Data to use START

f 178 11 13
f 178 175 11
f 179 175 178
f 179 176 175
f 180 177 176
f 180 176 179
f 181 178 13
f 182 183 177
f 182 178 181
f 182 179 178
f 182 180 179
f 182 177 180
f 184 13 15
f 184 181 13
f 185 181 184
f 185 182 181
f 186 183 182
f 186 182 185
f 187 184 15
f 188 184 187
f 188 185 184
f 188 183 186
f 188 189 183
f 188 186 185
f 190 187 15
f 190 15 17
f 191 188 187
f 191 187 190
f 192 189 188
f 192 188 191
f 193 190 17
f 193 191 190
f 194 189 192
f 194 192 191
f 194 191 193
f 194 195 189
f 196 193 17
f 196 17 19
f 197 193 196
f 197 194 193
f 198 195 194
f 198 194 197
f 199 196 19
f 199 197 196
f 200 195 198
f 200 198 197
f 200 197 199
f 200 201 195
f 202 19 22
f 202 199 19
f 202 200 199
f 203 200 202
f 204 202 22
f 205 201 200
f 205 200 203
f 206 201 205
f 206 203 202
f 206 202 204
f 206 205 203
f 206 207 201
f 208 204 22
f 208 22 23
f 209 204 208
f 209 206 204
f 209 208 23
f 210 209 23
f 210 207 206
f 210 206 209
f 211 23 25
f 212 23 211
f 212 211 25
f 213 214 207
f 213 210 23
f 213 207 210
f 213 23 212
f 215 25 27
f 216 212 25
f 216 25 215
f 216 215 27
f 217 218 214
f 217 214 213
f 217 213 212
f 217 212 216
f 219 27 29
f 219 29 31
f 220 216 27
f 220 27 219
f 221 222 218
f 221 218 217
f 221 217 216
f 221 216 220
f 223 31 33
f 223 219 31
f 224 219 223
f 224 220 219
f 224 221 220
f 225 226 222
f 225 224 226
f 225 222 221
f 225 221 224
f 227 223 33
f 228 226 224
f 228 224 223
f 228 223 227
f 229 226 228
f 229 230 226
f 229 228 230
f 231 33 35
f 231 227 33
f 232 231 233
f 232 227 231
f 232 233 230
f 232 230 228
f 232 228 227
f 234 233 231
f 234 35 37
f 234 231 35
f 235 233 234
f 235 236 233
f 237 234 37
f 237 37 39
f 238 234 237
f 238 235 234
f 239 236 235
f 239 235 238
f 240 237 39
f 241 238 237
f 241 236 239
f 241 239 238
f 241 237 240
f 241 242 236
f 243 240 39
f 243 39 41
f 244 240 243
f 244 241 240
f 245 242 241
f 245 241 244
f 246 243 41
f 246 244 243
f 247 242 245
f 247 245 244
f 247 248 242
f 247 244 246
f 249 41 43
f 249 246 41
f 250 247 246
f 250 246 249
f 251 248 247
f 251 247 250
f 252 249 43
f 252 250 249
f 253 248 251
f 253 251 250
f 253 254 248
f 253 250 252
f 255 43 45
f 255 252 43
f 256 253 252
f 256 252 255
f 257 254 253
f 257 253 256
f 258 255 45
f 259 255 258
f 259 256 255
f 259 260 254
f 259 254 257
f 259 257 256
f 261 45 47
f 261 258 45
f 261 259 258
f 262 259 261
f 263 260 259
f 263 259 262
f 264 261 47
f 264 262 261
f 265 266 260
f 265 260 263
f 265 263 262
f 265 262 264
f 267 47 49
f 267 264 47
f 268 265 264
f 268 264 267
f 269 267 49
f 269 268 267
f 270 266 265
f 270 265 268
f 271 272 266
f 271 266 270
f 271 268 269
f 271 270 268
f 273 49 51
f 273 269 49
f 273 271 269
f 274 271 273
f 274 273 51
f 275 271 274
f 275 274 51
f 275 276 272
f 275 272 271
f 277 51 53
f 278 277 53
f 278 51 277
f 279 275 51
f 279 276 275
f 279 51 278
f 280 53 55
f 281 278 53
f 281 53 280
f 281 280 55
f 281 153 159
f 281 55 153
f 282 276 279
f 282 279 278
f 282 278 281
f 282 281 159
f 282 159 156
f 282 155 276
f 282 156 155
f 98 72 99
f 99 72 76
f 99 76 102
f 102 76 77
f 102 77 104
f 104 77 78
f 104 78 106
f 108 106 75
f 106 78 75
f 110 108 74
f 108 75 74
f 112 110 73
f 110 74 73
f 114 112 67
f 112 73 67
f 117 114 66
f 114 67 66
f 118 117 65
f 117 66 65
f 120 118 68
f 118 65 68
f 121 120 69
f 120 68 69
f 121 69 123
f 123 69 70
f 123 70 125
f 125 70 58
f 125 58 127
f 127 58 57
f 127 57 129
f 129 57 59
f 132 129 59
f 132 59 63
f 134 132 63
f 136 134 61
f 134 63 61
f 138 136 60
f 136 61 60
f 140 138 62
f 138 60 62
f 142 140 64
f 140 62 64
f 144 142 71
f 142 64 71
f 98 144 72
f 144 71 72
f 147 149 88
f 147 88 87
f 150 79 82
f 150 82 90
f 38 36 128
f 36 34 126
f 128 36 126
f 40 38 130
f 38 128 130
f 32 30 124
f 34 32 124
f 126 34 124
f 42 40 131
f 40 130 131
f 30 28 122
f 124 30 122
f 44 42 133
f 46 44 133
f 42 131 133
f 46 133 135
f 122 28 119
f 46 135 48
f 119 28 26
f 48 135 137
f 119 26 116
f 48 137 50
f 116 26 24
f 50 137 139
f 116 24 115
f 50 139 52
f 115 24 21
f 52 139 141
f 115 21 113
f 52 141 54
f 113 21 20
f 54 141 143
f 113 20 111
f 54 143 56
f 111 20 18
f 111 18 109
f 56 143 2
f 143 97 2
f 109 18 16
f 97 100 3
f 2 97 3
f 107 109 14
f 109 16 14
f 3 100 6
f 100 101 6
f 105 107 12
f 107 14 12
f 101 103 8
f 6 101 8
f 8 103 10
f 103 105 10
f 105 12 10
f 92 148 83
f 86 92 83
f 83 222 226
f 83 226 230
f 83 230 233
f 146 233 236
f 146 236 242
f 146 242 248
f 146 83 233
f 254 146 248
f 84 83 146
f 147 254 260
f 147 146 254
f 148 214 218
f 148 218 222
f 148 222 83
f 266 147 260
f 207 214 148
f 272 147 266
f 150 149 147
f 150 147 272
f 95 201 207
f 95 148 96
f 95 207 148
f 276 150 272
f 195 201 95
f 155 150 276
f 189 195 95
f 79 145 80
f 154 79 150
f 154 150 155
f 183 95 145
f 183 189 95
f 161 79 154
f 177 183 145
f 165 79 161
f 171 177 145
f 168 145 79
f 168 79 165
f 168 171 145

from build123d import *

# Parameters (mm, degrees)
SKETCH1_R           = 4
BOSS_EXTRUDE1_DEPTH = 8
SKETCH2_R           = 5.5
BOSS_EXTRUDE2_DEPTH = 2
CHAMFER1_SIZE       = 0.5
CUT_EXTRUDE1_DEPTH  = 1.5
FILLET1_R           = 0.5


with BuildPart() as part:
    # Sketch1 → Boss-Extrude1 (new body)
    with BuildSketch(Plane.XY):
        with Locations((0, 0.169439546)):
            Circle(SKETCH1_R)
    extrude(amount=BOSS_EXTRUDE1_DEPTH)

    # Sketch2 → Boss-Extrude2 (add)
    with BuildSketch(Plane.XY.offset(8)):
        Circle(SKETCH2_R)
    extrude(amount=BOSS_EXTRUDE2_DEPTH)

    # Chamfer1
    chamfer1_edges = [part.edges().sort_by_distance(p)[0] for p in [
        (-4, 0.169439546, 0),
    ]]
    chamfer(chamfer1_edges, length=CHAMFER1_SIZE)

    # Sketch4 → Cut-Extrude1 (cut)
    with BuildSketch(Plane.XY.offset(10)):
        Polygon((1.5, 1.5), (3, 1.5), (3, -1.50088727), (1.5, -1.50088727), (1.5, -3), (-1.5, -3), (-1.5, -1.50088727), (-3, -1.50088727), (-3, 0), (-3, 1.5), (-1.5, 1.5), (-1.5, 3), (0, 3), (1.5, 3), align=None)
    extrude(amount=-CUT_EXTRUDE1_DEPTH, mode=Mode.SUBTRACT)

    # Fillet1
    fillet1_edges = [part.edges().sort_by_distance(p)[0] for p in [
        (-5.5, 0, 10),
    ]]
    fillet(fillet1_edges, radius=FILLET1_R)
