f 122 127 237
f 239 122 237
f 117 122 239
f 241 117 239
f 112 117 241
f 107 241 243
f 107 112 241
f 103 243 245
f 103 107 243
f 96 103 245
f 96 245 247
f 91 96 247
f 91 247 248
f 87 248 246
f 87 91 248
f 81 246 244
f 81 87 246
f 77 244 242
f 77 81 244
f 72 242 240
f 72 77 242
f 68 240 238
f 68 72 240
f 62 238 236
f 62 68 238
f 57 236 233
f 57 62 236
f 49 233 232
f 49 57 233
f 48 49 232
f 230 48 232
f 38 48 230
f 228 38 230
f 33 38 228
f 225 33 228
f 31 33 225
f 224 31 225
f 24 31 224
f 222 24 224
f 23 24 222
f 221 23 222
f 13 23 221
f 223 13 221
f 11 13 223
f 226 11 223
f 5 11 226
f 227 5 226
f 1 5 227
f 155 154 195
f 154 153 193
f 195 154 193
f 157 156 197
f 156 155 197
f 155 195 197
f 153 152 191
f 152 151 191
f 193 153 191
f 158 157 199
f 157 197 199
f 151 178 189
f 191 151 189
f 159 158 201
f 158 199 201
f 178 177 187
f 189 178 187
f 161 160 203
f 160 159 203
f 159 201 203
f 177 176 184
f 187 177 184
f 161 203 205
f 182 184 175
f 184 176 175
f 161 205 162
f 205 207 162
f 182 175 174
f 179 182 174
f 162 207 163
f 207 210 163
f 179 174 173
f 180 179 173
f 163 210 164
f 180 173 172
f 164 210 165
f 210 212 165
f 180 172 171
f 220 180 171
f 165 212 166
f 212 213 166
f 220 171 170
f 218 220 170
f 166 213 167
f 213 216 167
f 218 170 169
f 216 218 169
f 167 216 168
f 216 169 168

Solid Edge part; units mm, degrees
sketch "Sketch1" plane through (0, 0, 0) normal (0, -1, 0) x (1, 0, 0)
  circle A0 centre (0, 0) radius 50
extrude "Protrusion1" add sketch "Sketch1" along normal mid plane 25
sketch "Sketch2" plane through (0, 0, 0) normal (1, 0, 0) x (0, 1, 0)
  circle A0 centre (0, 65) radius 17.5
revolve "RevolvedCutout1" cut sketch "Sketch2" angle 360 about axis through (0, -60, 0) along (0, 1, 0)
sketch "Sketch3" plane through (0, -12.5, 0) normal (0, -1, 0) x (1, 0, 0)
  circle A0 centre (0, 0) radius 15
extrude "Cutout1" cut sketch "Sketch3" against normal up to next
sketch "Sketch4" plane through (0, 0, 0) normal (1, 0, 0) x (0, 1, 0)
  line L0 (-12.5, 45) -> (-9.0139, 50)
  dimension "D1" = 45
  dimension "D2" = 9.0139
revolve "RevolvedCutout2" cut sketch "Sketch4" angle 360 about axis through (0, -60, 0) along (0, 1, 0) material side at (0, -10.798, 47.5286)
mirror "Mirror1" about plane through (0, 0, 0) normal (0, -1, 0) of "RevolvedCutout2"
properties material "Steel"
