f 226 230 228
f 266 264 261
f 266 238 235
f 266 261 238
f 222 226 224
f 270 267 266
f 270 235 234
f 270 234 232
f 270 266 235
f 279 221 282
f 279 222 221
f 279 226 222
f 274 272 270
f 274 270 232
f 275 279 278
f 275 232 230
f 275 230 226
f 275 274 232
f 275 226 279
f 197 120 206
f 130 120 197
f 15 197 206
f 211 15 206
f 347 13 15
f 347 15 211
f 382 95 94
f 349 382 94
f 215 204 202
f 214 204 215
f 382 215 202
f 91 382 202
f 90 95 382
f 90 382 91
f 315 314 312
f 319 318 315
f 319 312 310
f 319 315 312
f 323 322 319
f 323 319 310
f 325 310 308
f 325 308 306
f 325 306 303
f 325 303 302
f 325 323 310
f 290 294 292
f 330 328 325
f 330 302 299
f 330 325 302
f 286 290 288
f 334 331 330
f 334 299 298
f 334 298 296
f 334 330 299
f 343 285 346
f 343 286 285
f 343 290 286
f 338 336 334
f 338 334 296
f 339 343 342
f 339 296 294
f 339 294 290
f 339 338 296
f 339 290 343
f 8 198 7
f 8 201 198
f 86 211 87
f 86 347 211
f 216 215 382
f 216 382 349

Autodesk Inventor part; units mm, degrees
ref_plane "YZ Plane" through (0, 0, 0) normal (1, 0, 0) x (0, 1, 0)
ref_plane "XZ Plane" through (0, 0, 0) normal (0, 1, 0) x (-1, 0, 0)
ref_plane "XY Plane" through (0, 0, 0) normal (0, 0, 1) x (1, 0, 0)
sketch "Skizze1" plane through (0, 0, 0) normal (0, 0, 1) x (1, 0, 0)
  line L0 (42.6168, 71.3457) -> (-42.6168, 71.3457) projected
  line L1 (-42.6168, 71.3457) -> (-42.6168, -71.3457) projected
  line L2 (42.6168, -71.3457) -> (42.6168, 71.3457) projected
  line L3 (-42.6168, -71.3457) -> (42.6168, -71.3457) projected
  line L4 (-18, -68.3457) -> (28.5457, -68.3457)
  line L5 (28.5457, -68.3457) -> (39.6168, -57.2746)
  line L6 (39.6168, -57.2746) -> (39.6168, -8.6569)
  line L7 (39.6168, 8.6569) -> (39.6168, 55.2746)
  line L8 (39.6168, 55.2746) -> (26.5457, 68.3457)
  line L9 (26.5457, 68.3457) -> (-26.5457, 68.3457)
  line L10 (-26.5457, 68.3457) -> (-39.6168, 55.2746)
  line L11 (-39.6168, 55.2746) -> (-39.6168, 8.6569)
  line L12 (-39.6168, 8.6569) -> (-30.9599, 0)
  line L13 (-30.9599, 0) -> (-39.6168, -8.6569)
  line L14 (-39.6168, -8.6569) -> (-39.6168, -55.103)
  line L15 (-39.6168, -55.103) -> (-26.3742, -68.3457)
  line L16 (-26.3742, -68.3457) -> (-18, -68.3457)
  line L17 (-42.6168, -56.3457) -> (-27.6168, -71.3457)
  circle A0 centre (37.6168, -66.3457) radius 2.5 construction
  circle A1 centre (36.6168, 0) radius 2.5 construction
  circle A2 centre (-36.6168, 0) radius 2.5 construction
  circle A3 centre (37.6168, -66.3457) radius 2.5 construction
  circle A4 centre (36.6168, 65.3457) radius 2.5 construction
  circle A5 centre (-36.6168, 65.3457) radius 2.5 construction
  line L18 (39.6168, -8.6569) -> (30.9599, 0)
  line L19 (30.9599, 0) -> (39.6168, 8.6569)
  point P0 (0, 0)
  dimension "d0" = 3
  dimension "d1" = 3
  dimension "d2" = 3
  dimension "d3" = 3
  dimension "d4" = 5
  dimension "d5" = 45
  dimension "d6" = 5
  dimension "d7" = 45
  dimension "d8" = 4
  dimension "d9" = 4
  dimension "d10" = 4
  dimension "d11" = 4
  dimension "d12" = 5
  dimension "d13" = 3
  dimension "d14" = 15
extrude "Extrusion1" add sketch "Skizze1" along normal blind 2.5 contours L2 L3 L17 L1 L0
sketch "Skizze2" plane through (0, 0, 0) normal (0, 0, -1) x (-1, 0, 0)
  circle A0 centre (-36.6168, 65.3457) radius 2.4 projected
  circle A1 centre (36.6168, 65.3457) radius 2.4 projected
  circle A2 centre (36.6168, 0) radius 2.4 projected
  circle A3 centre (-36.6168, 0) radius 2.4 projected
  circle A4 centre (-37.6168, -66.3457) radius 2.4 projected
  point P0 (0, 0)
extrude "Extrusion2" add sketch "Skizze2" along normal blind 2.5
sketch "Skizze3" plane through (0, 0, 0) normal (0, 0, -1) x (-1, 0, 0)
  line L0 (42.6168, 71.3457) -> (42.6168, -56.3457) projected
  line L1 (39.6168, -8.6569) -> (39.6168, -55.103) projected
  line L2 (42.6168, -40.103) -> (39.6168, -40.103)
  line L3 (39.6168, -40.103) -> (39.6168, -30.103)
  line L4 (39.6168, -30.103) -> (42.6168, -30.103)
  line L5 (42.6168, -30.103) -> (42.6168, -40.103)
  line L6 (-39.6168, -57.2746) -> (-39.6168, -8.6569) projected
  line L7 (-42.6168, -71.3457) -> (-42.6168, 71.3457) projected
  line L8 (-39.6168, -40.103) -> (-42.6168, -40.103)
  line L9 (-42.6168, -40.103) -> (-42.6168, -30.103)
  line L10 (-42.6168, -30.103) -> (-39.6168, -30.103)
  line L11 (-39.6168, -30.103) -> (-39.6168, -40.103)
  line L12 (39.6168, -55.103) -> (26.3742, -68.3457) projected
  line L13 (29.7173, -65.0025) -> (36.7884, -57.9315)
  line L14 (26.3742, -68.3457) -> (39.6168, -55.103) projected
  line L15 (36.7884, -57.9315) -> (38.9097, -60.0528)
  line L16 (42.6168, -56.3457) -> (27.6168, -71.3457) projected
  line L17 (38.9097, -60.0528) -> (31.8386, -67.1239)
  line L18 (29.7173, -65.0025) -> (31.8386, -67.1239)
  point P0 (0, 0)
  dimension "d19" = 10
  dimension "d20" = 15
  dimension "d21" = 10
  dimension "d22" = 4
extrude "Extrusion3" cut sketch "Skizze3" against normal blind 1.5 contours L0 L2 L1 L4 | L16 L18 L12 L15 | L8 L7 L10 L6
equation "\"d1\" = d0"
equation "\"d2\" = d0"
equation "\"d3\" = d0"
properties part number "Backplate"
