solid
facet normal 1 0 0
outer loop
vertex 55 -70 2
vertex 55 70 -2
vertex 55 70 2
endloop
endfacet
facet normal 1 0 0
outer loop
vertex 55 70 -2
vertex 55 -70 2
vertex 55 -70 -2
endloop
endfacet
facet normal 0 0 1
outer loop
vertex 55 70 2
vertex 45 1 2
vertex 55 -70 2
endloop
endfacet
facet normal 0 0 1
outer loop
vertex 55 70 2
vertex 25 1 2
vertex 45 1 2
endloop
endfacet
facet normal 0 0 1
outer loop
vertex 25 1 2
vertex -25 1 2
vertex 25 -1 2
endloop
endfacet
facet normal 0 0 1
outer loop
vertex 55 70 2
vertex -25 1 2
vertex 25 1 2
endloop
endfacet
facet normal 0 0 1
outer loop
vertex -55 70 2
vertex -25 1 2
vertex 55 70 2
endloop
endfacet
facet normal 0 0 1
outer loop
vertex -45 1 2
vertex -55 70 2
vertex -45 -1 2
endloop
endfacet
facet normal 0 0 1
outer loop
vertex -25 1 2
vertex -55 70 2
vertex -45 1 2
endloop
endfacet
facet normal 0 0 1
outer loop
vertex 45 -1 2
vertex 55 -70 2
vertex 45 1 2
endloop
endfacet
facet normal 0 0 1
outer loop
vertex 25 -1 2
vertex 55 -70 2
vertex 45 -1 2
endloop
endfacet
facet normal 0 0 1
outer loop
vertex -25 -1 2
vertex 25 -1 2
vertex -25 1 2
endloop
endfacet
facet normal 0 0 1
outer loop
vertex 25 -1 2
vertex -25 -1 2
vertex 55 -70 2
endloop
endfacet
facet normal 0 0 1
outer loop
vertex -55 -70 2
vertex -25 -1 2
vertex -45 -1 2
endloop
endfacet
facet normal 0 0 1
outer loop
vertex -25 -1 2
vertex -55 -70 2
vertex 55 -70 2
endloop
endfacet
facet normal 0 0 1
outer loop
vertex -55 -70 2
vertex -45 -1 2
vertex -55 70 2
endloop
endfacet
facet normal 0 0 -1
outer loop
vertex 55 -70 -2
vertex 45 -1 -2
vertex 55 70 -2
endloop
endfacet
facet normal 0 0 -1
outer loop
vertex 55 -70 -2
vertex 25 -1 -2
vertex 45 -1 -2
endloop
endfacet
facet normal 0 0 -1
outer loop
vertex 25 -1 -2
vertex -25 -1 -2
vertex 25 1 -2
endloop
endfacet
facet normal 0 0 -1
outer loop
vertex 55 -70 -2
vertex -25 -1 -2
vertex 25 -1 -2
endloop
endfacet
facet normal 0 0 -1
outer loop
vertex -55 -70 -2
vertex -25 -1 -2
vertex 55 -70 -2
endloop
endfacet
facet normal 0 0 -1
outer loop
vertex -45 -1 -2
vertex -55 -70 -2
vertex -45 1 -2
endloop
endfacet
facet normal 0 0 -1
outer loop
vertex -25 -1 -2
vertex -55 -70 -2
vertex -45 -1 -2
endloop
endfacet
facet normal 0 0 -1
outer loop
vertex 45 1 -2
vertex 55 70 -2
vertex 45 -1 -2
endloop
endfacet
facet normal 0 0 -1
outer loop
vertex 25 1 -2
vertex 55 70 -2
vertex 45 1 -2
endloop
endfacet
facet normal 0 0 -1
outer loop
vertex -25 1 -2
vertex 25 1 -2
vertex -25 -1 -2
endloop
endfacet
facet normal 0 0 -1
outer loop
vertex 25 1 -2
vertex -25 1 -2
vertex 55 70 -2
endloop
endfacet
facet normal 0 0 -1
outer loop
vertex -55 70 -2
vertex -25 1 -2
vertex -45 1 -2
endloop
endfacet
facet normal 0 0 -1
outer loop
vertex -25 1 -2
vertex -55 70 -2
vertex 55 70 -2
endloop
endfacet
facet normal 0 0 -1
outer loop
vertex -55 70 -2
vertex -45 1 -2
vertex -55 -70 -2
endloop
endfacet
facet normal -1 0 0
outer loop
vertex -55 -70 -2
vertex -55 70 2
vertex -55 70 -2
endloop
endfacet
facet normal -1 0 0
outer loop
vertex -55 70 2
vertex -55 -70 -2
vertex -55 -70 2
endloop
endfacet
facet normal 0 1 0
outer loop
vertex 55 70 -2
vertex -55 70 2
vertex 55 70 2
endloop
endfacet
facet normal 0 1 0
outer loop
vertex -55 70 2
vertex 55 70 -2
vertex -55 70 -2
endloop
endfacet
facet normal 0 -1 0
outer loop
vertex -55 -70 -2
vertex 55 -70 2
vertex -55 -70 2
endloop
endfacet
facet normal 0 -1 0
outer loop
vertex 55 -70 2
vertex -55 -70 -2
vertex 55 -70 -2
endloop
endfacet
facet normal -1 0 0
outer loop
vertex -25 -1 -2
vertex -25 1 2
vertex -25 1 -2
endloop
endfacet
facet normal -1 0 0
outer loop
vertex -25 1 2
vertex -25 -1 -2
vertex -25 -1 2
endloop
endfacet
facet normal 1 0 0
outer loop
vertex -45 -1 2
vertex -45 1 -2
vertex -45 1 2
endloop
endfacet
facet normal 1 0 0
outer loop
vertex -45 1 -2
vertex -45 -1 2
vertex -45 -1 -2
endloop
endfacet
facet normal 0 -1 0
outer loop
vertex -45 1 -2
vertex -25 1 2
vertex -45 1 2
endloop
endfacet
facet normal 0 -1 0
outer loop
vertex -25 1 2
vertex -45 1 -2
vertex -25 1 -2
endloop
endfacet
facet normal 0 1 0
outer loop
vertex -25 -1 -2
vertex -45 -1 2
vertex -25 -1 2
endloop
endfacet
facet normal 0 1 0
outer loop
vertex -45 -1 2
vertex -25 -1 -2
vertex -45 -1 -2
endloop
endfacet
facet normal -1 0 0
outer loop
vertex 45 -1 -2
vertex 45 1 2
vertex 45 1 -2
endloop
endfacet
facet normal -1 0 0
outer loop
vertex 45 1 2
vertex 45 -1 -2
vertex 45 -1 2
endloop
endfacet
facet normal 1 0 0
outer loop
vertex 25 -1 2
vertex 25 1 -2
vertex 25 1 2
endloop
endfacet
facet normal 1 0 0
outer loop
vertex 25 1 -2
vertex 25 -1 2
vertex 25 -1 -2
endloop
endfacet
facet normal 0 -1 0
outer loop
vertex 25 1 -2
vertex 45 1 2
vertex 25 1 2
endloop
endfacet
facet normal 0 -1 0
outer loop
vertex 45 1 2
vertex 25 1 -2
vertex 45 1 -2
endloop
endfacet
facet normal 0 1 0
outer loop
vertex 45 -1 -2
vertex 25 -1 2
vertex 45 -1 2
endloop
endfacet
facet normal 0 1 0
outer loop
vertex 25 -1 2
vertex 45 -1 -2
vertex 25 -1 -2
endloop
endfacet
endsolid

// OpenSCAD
// ========================================
// a 110 x 140 x 4 mm plate with two 20 x 2 mm slots
// NeuroCAD canonical IR; dimensions are millimetres
// ========================================
$fn = 48;

difference() {
  cube(size=[110, 140, 4], center=true);
  translate([-35, 0, 0]) {
    cube(size=[20, 2, 6], center=true);
  }
  translate([35, 0, 0]) {
    cube(size=[20, 2, 6], center=true);
  }
}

Data to use END

Exercise requirements ::
In the data above, start at the line that has "f 270 234 232", stop after the line that has "Autodesk Inventor part; units mm, degrees", and print every line in between exactly as it stands.

Written response ::
f 270 234 232
f 270 266 235
f 279 221 282
f 279 222 221
f 279 226 222
f 274 272 270
f 274 270 232
f 275 279 278
f 275 232 230
f 275 230 226
f 275 274 232
f 275 226 279
f 197 120 206
f 130 120 197
f 15 197 206
f 211 15 206
f 347 13 15
f 347 15 211
f 382 95 94
f 349 382 94
f 215 204 202
f 214 204 215
f 382 215 202
f 91 382 202
f 90 95 382
f 90 382 91
f 315 314 312
f 319 318 315
f 319 312 310
f 319 315 312
f 323 322 319
f 323 319 310
f 325 310 308
f 325 308 306
f 325 306 303
f 325 303 302
f 325 323 310
f 290 294 292
f 330 328 325
f 330 302 299
f 330 325 302
f 286 290 288
f 334 331 330
f 334 299 298
f 334 298 296
f 334 330 299
f 343 285 346
f 343 286 285
f 343 290 286
f 338 336 334
f 338 334 296
f 339 343 342
f 339 296 294
f 339 294 290
f 339 338 296
f 339 290 343
f 8 198 7
f 8 201 198
f 86 211 87
f 86 347 211
f 216 215 382
f 216 382 349

Autodesk Inventor part; units mm, degrees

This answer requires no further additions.